Extracted records ->
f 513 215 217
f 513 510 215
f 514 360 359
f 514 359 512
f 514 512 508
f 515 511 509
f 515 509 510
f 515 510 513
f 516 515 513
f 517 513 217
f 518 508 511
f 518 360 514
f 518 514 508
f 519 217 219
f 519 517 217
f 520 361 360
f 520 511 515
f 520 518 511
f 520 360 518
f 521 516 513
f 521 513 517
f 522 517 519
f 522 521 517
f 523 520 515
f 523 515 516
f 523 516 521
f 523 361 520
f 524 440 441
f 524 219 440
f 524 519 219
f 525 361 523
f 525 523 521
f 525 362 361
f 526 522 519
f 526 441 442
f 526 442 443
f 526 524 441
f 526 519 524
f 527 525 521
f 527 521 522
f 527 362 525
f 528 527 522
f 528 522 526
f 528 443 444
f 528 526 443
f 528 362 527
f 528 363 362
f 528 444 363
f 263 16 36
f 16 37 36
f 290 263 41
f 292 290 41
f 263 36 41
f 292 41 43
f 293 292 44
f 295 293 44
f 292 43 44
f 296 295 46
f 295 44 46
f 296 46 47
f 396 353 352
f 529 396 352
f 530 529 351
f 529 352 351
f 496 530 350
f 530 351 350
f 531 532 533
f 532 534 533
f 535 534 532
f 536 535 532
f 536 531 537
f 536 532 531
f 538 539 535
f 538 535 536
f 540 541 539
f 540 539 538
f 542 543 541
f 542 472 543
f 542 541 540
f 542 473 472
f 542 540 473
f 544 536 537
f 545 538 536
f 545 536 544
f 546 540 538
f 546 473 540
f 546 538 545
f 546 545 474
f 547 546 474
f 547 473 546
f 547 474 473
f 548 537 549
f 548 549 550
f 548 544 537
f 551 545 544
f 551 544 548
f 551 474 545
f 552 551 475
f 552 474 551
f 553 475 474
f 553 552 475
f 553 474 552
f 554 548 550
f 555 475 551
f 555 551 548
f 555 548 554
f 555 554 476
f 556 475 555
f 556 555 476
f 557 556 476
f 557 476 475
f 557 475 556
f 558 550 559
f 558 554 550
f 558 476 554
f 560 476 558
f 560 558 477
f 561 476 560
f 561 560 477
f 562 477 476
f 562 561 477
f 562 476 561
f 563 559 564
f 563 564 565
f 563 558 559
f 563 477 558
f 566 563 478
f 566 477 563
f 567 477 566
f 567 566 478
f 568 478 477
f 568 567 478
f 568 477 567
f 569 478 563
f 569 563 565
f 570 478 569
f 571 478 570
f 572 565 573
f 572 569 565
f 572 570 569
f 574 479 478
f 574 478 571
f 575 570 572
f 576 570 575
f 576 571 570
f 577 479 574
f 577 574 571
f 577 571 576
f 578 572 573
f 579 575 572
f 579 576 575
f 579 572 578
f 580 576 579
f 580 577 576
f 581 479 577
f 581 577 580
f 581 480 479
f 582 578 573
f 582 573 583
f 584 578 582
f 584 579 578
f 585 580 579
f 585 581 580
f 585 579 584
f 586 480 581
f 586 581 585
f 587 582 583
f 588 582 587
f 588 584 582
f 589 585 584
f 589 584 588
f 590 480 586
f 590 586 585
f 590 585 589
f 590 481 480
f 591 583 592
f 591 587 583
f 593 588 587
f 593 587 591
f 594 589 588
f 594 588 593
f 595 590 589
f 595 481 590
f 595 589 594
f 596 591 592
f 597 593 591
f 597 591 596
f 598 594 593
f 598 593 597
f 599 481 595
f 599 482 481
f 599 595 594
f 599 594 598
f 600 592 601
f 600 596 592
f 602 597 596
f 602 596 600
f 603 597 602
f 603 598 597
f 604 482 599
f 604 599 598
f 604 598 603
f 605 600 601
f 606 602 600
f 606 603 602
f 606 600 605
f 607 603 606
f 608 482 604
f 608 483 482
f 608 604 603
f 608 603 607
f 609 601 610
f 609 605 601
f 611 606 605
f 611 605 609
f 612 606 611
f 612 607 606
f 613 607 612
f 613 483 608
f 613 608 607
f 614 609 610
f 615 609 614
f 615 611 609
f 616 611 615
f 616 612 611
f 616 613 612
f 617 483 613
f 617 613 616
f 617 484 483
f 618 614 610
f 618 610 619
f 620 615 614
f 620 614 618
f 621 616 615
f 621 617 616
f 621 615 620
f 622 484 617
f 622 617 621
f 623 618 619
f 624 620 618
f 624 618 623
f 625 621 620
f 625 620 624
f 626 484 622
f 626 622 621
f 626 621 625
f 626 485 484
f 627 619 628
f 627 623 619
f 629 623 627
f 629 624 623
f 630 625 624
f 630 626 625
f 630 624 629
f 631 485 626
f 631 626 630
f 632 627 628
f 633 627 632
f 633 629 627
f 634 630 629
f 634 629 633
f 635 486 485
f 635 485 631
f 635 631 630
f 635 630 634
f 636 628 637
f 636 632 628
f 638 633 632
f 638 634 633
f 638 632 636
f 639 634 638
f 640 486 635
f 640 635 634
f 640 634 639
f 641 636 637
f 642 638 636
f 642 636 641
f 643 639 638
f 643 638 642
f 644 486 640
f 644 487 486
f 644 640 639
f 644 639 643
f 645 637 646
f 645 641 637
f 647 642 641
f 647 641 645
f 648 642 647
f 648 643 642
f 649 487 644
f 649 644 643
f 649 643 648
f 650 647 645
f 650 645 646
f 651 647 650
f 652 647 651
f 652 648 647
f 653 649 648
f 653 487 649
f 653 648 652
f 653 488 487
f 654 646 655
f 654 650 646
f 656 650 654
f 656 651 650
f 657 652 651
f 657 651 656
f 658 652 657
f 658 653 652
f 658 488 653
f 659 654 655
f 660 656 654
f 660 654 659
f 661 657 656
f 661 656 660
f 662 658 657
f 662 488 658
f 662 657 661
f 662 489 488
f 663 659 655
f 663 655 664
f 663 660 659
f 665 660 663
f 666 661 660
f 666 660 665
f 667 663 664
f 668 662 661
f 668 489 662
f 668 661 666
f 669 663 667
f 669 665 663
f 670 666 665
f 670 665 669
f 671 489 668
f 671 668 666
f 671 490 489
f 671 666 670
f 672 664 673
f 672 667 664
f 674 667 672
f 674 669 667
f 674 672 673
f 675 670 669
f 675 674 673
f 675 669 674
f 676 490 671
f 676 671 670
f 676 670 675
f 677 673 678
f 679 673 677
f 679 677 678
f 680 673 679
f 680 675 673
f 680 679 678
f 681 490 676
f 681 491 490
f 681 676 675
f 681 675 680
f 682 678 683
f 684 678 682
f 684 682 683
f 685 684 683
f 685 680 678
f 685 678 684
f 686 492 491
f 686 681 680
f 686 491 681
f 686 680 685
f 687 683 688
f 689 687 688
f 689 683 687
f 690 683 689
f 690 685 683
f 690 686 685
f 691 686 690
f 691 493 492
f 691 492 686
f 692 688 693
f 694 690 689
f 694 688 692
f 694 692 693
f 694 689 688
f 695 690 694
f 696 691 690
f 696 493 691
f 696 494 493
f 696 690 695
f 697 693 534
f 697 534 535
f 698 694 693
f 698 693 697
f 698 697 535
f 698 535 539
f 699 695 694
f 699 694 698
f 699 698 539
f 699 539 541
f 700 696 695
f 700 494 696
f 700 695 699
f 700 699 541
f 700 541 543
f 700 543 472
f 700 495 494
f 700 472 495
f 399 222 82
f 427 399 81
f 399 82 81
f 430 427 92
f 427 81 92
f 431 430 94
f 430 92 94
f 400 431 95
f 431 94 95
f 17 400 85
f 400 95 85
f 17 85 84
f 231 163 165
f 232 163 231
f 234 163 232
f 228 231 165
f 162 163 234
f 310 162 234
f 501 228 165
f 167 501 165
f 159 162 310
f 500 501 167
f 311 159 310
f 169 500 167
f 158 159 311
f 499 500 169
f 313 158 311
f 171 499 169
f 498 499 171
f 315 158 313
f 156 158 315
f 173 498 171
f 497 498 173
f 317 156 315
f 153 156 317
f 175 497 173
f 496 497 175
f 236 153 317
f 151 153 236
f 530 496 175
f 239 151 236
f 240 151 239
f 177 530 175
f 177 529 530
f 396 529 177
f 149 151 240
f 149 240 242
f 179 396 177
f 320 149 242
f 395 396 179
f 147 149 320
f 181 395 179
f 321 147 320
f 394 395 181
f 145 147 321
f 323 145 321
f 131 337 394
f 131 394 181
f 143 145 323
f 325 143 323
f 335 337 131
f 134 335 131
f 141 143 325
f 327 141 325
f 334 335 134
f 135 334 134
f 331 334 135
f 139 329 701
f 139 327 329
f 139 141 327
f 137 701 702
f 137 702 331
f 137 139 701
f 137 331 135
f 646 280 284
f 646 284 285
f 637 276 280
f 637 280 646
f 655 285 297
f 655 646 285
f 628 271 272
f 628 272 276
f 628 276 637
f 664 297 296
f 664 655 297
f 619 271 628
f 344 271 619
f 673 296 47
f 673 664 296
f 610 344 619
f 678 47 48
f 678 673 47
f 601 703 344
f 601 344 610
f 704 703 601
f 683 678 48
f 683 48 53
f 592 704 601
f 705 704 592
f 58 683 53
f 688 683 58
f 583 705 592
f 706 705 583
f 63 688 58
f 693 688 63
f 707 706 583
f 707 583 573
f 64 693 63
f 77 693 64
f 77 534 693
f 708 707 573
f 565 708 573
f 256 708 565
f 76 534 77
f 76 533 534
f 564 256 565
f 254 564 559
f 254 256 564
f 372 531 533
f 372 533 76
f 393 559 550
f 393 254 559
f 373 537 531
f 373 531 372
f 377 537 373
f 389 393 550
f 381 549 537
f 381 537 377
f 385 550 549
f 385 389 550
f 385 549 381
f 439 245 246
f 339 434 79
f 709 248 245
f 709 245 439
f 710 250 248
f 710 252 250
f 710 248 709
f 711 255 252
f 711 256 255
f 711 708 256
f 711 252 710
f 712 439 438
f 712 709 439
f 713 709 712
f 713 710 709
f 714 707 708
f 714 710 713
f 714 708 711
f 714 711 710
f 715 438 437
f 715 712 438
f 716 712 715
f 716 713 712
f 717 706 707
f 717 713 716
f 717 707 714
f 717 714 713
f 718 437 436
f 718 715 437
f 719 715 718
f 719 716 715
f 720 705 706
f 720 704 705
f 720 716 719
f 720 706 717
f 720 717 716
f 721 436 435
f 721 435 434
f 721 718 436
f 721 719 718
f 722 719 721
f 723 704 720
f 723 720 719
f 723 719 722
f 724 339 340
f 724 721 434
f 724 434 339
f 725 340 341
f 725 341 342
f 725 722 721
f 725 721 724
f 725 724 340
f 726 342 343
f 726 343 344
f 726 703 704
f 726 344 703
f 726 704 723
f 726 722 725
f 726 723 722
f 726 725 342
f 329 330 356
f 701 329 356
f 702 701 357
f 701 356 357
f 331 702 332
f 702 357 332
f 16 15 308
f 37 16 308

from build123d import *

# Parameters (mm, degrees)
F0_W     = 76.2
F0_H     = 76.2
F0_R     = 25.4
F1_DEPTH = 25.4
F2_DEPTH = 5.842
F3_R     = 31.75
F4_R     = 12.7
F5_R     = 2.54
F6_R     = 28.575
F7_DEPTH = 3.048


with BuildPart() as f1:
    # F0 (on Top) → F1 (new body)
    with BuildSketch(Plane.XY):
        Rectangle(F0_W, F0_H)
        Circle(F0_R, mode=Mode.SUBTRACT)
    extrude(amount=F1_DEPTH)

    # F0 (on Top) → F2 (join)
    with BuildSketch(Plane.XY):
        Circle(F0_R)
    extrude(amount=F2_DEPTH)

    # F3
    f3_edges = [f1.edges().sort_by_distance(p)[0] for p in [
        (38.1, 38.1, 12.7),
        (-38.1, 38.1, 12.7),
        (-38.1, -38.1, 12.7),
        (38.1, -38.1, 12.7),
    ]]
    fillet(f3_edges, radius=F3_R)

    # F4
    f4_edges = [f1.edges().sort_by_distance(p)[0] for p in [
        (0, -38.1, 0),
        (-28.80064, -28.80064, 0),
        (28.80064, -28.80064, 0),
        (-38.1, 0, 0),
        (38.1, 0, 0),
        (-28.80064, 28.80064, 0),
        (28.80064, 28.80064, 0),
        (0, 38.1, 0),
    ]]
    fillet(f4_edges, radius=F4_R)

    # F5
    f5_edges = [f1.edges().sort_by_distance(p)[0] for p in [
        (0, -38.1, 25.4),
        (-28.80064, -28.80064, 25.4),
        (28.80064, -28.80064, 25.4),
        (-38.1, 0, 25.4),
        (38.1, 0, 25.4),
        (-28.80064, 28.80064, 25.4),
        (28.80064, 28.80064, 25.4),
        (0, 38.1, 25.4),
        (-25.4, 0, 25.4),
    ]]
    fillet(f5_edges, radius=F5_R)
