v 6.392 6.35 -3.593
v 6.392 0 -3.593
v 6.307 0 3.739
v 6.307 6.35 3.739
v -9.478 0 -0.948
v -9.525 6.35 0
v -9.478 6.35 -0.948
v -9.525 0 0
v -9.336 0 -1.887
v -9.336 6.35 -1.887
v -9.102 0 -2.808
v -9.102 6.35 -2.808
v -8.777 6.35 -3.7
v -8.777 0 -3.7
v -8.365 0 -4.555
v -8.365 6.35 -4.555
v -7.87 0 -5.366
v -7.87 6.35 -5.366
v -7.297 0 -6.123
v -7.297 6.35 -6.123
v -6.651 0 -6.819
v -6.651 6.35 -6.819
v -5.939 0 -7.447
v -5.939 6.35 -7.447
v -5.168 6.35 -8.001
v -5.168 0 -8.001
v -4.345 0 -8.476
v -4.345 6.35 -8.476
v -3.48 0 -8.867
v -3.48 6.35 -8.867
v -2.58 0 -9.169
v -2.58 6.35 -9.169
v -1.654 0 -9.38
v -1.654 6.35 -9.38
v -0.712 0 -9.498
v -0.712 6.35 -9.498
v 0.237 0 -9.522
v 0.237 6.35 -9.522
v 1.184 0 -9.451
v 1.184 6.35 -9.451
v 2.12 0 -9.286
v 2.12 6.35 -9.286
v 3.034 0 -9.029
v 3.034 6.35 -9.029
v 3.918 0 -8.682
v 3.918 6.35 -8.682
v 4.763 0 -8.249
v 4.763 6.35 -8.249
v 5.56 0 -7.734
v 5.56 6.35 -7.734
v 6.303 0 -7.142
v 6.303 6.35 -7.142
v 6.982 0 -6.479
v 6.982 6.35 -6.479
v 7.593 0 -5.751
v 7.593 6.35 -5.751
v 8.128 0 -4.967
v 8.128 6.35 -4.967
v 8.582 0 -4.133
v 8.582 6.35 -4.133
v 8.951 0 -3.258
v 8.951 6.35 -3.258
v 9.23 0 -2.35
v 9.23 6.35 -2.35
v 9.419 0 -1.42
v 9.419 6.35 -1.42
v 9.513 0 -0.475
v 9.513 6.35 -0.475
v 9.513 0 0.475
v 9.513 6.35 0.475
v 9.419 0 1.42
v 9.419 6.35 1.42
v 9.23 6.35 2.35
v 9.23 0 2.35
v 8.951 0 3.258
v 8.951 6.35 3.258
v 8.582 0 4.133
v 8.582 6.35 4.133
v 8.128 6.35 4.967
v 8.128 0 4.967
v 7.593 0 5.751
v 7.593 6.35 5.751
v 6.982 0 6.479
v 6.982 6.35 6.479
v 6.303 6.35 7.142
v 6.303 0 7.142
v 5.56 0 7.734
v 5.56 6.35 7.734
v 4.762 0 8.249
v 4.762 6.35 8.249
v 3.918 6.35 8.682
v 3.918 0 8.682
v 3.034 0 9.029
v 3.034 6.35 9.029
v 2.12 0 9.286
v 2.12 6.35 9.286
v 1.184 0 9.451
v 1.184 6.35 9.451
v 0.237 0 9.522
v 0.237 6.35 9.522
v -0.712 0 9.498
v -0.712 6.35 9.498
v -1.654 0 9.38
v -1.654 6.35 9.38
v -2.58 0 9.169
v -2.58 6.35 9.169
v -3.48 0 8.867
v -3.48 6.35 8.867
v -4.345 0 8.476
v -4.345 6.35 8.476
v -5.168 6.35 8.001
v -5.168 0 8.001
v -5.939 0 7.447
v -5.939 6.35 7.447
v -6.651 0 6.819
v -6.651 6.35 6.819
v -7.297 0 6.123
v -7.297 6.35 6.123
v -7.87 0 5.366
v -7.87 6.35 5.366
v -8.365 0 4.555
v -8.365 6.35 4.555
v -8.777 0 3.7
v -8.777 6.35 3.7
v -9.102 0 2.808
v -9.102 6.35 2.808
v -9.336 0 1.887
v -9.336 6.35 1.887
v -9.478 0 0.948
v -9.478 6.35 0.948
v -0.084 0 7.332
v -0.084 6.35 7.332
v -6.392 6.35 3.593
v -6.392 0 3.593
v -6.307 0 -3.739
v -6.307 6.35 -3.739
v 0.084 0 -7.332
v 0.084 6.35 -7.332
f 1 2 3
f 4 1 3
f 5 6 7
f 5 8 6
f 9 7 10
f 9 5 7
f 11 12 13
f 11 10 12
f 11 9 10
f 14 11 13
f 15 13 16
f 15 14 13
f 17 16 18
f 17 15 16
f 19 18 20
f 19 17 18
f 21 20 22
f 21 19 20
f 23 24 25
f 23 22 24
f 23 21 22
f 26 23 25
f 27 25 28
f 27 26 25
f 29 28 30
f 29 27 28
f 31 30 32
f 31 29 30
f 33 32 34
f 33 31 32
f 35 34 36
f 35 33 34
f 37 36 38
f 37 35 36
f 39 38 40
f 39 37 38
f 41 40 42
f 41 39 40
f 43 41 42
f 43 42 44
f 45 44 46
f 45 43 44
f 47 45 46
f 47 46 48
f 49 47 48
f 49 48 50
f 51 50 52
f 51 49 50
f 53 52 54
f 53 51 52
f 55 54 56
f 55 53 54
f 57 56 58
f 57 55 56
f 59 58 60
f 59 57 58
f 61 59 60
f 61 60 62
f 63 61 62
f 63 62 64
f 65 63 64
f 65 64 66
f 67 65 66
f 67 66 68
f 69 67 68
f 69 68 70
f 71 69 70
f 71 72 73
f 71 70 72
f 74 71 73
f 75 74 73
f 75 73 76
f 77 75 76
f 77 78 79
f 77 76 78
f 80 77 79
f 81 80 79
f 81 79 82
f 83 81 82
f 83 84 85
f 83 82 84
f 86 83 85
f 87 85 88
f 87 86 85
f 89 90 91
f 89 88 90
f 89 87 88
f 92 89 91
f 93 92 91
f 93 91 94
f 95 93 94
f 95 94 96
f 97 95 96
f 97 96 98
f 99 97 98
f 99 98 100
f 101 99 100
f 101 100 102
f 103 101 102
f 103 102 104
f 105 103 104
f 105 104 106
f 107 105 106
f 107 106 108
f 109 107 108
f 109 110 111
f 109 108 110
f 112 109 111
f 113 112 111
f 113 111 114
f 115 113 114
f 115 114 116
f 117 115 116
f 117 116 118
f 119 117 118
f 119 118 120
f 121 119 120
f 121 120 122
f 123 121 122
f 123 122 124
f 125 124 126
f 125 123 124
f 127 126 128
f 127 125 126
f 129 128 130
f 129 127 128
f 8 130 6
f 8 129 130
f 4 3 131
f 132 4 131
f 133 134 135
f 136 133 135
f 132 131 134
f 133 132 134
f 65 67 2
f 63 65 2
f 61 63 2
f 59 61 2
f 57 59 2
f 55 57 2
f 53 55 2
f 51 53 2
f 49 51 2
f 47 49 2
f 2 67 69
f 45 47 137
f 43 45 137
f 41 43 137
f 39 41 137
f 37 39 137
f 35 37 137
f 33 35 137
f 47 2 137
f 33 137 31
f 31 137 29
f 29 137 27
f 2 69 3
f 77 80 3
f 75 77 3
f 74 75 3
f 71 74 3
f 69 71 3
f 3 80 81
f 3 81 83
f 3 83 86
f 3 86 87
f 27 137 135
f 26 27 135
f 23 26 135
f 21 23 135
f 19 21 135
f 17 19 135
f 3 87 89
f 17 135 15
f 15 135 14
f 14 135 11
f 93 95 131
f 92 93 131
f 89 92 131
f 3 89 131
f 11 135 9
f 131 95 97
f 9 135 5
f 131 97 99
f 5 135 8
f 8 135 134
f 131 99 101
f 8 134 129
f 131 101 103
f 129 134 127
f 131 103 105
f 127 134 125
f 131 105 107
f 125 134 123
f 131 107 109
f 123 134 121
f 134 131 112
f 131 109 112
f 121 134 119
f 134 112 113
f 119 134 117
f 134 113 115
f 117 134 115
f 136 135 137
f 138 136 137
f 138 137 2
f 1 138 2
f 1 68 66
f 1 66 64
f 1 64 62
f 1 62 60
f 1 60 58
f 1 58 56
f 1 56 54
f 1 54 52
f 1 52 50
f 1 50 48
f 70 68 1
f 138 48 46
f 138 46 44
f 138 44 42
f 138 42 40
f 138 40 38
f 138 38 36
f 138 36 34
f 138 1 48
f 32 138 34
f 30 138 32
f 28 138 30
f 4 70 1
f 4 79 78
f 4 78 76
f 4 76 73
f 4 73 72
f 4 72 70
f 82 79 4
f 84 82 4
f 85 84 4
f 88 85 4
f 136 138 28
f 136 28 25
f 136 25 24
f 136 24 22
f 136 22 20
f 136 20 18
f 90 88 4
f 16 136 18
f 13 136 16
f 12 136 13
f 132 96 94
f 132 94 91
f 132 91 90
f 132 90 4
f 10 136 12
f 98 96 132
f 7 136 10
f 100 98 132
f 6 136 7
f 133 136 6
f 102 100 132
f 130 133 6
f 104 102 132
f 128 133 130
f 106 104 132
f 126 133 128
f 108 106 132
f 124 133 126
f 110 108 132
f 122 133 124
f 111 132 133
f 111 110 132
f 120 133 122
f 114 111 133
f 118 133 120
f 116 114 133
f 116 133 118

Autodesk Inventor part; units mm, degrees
ref_plane "YZ Plane" through (0, 0, 0) normal (1, 0, 0) x (0, 1, 0)
ref_plane "XZ Plane" through (0, 0, 0) normal (0, 1, 0) x (-1, 0, 0)
ref_plane "XY Plane" through (0, 0, 0) normal (0, 0, 1) x (1, 0, 0)
sketch "Sketch1" plane through (0, 0, 0) normal (0, 1, 0) x (-1, 0, 0)
  circle A0 centre (0, 0) radius 9.525
  line L0 (6.3918, 3.5928) -> (6.3073, -3.7391)
  line L1 (6.3073, -3.7391) -> (-0.0845, -7.3319)
  line L2 (-0.0845, -7.3319) -> (-6.3918, -3.5928)
  line L3 (-6.3918, -3.5928) -> (-6.3073, 3.7391)
  line L4 (-6.3073, 3.7391) -> (0.0845, 7.3319)
  line L5 (0.0845, 7.3319) -> (6.3918, 3.5928)
  point P0 (6.3496, -0.0731)
  dimension "d0" = 19.05
  dimension "d1" = 12.7
extrude "Extrusion1" add sketch "Sketch1" along normal blind 6.35
properties part number "spacer"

Your instructions -> From the first line of the listing above through the line that contains "f 562 561 477", set down each line without alteration, and nothing else.

Output below ->
f 513 215 217
f 513 510 215
f 514 360 359
f 514 359 512
f 514 512 508
f 515 511 509
f 515 509 510
f 515 510 513
f 516 515 513
f 517 513 217
f 518 508 511
f 518 360 514
f 518 514 508
f 519 217 219
f 519 517 217
f 520 361 360
f 520 511 515
f 520 518 511
f 520 360 518
f 521 516 513
f 521 513 517
f 522 517 519
f 522 521 517
f 523 520 515
f 523 515 516
f 523 516 521
f 523 361 520
f 524 440 441
f 524 219 440
f 524 519 219
f 525 361 523
f 525 523 521
f 525 362 361
f 526 522 519
f 526 441 442
f 526 442 443
f 526 524 441
f 526 519 524
f 527 525 521
f 527 521 522
f 527 362 525
f 528 527 522
f 528 522 526
f 528 443 444
f 528 526 443
f 528 362 527
f 528 363 362
f 528 444 363
f 263 16 36
f 16 37 36
f 290 263 41
f 292 290 41
f 263 36 41
f 292 41 43
f 293 292 44
f 295 293 44
f 292 43 44
f 296 295 46
f 295 44 46
f 296 46 47
f 396 353 352
f 529 396 352
f 530 529 351
f 529 352 351
f 496 530 350
f 530 351 350
f 531 532 533
f 532 534 533
f 535 534 532
f 536 535 532
f 536 531 537
f 536 532 531
f 538 539 535
f 538 535 536
f 540 541 539
f 540 539 538
f 542 543 541
f 542 472 543
f 542 541 540
f 542 473 472
f 542 540 473
f 544 536 537
f 545 538 536
f 545 536 544
f 546 540 538
f 546 473 540
f 546 538 545
f 546 545 474
f 547 546 474
f 547 473 546
f 547 474 473
f 548 537 549
f 548 549 550
f 548 544 537
f 551 545 544
f 551 544 548
f 551 474 545
f 552 551 475
f 552 474 551
f 553 475 474
f 553 552 475
f 553 474 552
f 554 548 550
f 555 475 551
f 555 551 548
f 555 548 554
f 555 554 476
f 556 475 555
f 556 555 476
f 557 556 476
f 557 476 475
f 557 475 556
f 558 550 559
f 558 554 550
f 558 476 554
f 560 476 558
f 560 558 477
f 561 476 560
f 561 560 477
f 562 477 476
f 562 561 477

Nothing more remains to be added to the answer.